Posted by: westlancashirerecord | May 9, 2017

Green Belt Powers Controversy

In an article published in The Times  the government policy on blighting our countryside with new homes development is described as a postcode lottery. You can read it here  [click to enlarge] and you might become “angry of Halsall”, or “angry of Aughton” and “angry of anywhere in West Lancashire” where home developers with deep pockets to pay huge legal fees are contemptuous of our claims for the prevention of urban sprawl.

As usual the Campaign to Protect Rural England is on the ball. Aughton Parish Council pays its annual membership fee to CPRE, a matter treated with derision throughout the Local Plan period leading up to all Aughton’s councillors voting for the ultimate desecration of Parrs Lane, unless the Supreme Court delivers a favourable decision on appeals that raised the issue of the meaning and effect of government policy contained in paragraph 49 of the National Planning Policy Framework, that the policies of local planning authorities for the supply of housing should not be considered up to date if they could not demonstrate a five-year supply of deliverable housing sites.

The CPRE refers not only to the postcode lottery but to pressure from developers and political leadership of councils seeing new homes bonus of £9,000 for each new home. In a bizarre exchange when a borough council leader in Surrey asked the Community Secretary to define exceptional circumstances to amend green belt boundaries he said “…green belt losses would have to be offset by improvements to remaining green belt land”.

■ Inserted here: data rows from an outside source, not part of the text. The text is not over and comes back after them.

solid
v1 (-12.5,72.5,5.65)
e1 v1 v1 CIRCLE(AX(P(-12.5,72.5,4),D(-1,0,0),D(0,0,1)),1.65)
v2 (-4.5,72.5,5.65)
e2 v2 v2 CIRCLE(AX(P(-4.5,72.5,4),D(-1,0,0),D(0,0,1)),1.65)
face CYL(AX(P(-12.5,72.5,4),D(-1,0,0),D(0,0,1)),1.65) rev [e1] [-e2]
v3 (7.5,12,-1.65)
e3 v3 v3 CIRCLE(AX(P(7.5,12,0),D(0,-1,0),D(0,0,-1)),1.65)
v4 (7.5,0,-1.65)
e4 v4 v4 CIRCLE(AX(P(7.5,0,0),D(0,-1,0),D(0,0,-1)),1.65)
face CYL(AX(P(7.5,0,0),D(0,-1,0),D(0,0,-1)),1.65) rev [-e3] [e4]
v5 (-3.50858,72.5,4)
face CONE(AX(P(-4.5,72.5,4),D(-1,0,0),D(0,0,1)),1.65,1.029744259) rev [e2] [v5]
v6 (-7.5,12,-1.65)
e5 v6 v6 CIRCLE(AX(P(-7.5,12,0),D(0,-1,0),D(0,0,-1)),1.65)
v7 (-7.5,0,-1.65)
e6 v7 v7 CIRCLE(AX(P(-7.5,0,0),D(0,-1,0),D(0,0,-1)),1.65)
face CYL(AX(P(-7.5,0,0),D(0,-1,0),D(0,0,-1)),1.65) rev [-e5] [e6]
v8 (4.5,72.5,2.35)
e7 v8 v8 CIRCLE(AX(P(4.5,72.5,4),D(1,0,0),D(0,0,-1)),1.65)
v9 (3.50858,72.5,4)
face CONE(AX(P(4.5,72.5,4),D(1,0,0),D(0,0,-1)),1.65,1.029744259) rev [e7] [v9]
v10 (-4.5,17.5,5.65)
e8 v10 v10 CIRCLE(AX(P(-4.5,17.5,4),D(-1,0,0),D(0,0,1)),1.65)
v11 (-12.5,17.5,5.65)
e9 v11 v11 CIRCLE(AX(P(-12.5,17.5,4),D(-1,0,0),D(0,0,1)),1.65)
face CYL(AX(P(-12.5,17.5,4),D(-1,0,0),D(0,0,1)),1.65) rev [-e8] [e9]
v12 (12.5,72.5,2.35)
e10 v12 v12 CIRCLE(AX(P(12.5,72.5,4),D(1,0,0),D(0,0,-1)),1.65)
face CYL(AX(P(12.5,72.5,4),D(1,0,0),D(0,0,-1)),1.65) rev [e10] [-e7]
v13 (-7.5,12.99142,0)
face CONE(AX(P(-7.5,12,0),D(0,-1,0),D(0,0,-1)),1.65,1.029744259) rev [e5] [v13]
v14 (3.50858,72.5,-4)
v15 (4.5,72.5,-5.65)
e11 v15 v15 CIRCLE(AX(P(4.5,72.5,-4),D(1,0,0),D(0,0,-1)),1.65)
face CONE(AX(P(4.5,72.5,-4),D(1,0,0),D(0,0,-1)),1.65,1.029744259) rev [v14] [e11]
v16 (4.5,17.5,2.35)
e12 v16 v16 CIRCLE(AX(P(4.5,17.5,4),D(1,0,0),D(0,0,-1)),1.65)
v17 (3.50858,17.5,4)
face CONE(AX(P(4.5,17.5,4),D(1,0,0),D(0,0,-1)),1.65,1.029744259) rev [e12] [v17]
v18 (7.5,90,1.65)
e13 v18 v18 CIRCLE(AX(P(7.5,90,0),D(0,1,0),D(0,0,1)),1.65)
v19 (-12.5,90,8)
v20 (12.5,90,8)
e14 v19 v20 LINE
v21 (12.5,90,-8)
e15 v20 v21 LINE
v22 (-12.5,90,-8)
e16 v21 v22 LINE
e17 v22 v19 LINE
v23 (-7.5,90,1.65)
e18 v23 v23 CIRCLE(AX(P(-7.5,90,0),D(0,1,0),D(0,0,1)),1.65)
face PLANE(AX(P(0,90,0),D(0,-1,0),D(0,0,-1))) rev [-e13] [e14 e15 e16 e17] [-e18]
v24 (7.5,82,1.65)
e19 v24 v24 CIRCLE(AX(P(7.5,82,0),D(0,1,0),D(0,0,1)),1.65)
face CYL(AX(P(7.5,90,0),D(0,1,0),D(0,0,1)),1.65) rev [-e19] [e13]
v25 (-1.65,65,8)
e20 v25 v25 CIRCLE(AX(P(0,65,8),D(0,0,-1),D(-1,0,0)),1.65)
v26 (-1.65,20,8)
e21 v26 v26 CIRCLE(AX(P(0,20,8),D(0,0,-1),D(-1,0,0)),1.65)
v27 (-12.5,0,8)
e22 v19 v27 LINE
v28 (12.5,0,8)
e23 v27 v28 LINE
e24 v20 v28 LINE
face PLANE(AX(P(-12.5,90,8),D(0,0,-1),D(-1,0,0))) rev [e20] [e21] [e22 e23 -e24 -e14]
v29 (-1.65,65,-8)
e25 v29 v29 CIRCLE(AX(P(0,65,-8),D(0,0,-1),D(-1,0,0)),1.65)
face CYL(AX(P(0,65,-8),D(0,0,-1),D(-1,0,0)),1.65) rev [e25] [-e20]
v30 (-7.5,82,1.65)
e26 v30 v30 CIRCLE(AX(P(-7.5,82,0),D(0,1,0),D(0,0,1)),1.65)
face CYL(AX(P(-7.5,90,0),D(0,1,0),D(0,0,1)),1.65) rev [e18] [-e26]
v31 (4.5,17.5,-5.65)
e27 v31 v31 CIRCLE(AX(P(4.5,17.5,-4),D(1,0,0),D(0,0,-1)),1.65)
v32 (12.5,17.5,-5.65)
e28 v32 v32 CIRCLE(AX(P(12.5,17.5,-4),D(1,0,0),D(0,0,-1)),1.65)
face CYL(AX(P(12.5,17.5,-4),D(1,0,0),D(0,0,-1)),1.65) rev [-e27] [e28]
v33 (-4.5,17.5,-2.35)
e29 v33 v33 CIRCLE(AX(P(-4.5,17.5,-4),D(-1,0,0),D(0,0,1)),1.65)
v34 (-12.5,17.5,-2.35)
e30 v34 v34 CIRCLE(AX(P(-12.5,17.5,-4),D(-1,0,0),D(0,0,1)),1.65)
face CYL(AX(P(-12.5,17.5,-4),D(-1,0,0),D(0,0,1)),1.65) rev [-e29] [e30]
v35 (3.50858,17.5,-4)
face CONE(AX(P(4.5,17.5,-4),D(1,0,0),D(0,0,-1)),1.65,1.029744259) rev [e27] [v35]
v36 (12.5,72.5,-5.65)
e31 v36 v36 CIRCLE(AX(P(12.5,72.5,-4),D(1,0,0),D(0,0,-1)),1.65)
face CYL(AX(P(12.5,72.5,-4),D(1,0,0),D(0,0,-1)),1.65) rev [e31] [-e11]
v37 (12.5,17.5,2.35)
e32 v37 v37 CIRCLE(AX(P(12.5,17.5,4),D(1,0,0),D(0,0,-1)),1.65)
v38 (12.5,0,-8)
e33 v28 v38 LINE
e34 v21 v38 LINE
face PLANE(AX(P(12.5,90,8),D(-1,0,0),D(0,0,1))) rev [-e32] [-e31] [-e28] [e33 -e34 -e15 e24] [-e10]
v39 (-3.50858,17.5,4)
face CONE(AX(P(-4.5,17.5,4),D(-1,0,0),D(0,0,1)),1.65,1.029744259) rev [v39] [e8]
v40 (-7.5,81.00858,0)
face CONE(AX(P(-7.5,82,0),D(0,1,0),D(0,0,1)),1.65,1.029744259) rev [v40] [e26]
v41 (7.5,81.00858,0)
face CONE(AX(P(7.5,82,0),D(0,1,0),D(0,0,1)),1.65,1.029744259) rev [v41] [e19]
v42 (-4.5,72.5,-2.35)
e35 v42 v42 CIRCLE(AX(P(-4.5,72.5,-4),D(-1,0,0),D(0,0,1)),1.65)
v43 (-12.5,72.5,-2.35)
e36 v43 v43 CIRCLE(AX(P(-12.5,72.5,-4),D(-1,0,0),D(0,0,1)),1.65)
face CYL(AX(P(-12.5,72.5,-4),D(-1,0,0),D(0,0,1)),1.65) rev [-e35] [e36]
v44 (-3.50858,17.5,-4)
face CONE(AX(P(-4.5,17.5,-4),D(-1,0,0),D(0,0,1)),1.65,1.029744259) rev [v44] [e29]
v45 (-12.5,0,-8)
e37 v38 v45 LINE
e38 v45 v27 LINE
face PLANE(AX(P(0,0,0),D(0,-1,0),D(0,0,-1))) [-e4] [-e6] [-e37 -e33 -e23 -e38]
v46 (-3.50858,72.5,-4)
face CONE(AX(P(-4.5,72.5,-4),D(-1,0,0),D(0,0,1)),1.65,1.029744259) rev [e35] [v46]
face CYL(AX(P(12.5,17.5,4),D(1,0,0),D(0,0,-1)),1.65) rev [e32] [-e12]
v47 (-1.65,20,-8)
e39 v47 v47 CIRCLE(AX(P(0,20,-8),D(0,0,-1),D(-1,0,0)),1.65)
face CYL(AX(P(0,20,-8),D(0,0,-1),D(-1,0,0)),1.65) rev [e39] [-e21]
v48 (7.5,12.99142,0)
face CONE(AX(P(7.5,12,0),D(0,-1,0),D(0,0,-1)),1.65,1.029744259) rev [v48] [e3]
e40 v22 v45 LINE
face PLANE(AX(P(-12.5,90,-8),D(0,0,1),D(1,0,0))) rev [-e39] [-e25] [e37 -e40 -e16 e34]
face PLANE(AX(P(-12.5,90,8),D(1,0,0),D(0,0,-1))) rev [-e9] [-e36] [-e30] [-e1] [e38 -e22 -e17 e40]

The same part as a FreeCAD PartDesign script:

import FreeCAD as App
import Part
import Sketcher

V = App.Vector
Q = App.Units.Quantity

doc = App.newDocument("Part")
body = doc.addObject("PartDesign::Body", "Body")

# Sketch on XZ plane
sketch1 = doc.addObject("Sketcher::SketchObject", "Sketch")
body.addObject(sketch1)
sketch1.AttachmentSupport = (doc.XZ_Plane, [""])
sketch1.MapMode = "FlatFace"
sketch1.addGeometry(Part.LineSegment(V(-12.5, -8, 0), V(-12.5, 8, 0)), False)
sketch1.addGeometry(Part.LineSegment(V(-12.5, 8, 0), V(12.5, 8, 0)), False)
sketch1.addGeometry(Part.LineSegment(V(12.5, 8, 0), V(12.5, -8, 0)), False)
sketch1.addGeometry(Part.LineSegment(V(12.5, -8, 0), V(-12.5, -8, 0)), False)
sketch1.addConstraint(Sketcher.Constraint("Coincident", 0, 2, 1, 1))
sketch1.addConstraint(Sketcher.Constraint("Coincident", 1, 2, 2, 1))
sketch1.addConstraint(Sketcher.Constraint("Coincident", 2, 2, 3, 1))
sketch1.addConstraint(Sketcher.Constraint("Coincident", 3, 2, 0, 1))
sketch1.addConstraint(Sketcher.Constraint("Vertical", 0))
sketch1.addConstraint(Sketcher.Constraint("Horizontal", 1))
sketch1.addConstraint(Sketcher.Constraint("Vertical", 2))
sketch1.addConstraint(Sketcher.Constraint("Horizontal", 3))
sketch1.addConstraint(Sketcher.Constraint("Symmetric", 0, 2, 2, 2, -1, 1))
sketch1.addConstraint(Sketcher.Constraint("DistanceX", 1, 1, 1, 2, Q("25 mm")))
sketch1.addConstraint(Sketcher.Constraint("DistanceY", 0, 1, 0, 2, Q("16 mm")))
pad1 = doc.addObject("PartDesign::Pad", "Pad")
body.addObject(pad1)
pad1.Profile = sketch1
pad1.Length = 90
pad1.Reversed = True

# Sketch on XZ plane
sketch2 = doc.addObject("Sketcher::SketchObject", "Sketch001")
body.addObject(sketch2)
sketch2.AttachmentSupport = (doc.XZ_Plane, [""])
sketch2.MapMode = "FlatFace"
sketch2.AttachmentOffset = App.Placement(V(0, 0, -90), App.Rotation())
sketch2.addGeometry(Part.Circle(V(-7.5, 0, 0), V(0, 0, 1), 1.65), False)
sketch2.addGeometry(Part.Circle(V(7.5, 0, 0), V(0, 0, 1), 1.65), False)
sketch2.addConstraint(Sketcher.Constraint("Equal", 0, 1))
sketch2.addConstraint(Sketcher.Constraint("Symmetric", 0, 3, 1, 3, -1, 1))
sketch2.addConstraint(Sketcher.Constraint("PointOnObject", 0, 3, -1))
sketch2.addConstraint(Sketcher.Constraint("Diameter", 0, Q("3.3 mm")))
sketch2.addConstraint(Sketcher.Constraint("DistanceX", 0, 3, 1, 3, Q("15 mm")))
doc.recompute()
hole = doc.addObject("PartDesign::Hole", "Hole")
body.addObject(hole)
hole.Profile = sketch2
hole.ThreadType = "None"
hole.Diameter = 3.3
hole.DepthType = "Dimension"
hole.Depth = 8
hole.DrillPoint = "Angled"
hole.DrillPointAngle = 118
hole.Reversed = True

# Sketch on XZ plane
sketch3 = doc.addObject("Sketcher::SketchObject", "Sketch002")
body.addObject(sketch3)
sketch3.AttachmentSupport = (doc.XZ_Plane, [""])
sketch3.MapMode = "FlatFace"
sketch3.addGeometry(Part.Circle(V(7.5, 0, 0), V(0, 0, 1), 1.65), False)
sketch3.addGeometry(Part.Circle(V(-7.5, 0, 0), V(0, 0, 1), 1.65), False)
sketch3.addConstraint(Sketcher.Constraint("Equal", 0, 1))
sketch3.addConstraint(Sketcher.Constraint("Symmetric", 0, 3, 1, 3, -1, 1))
sketch3.addConstraint(Sketcher.Constraint("PointOnObject", 0, 3, -1))
sketch3.addConstraint(Sketcher.Constraint("Diameter", 0, Q("3.3 mm")))
sketch3.addConstraint(Sketcher.Constraint("DistanceX", 1, 3, 0, 3, Q("15 mm")))
doc.recompute()
hole2 = doc.addObject("PartDesign::Hole", "Hole001")
body.addObject(hole2)
hole2.Profile = sketch3
hole2.ThreadType = "None"
hole2.Diameter = 3.3
hole2.DepthType = "Dimension"
hole2.Depth = 12
hole2.DrillPoint = "Angled"
hole2.DrillPointAngle = 118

Residents of West Lancashire fought long and hard to protect our countryside knowing that whereas Skelmersdale was screaming out for the development planned for it developers wanted prime land elsewhere. At the Aughton Parish Council meeting last night Ian Grant, once an opponent of campaigners as his party introduced the Local Plan, said “There has to be a vendor so developers can buy land to build on”. But that short changed the people who believe agricultural land should be for what it is, not for what fills private pockets.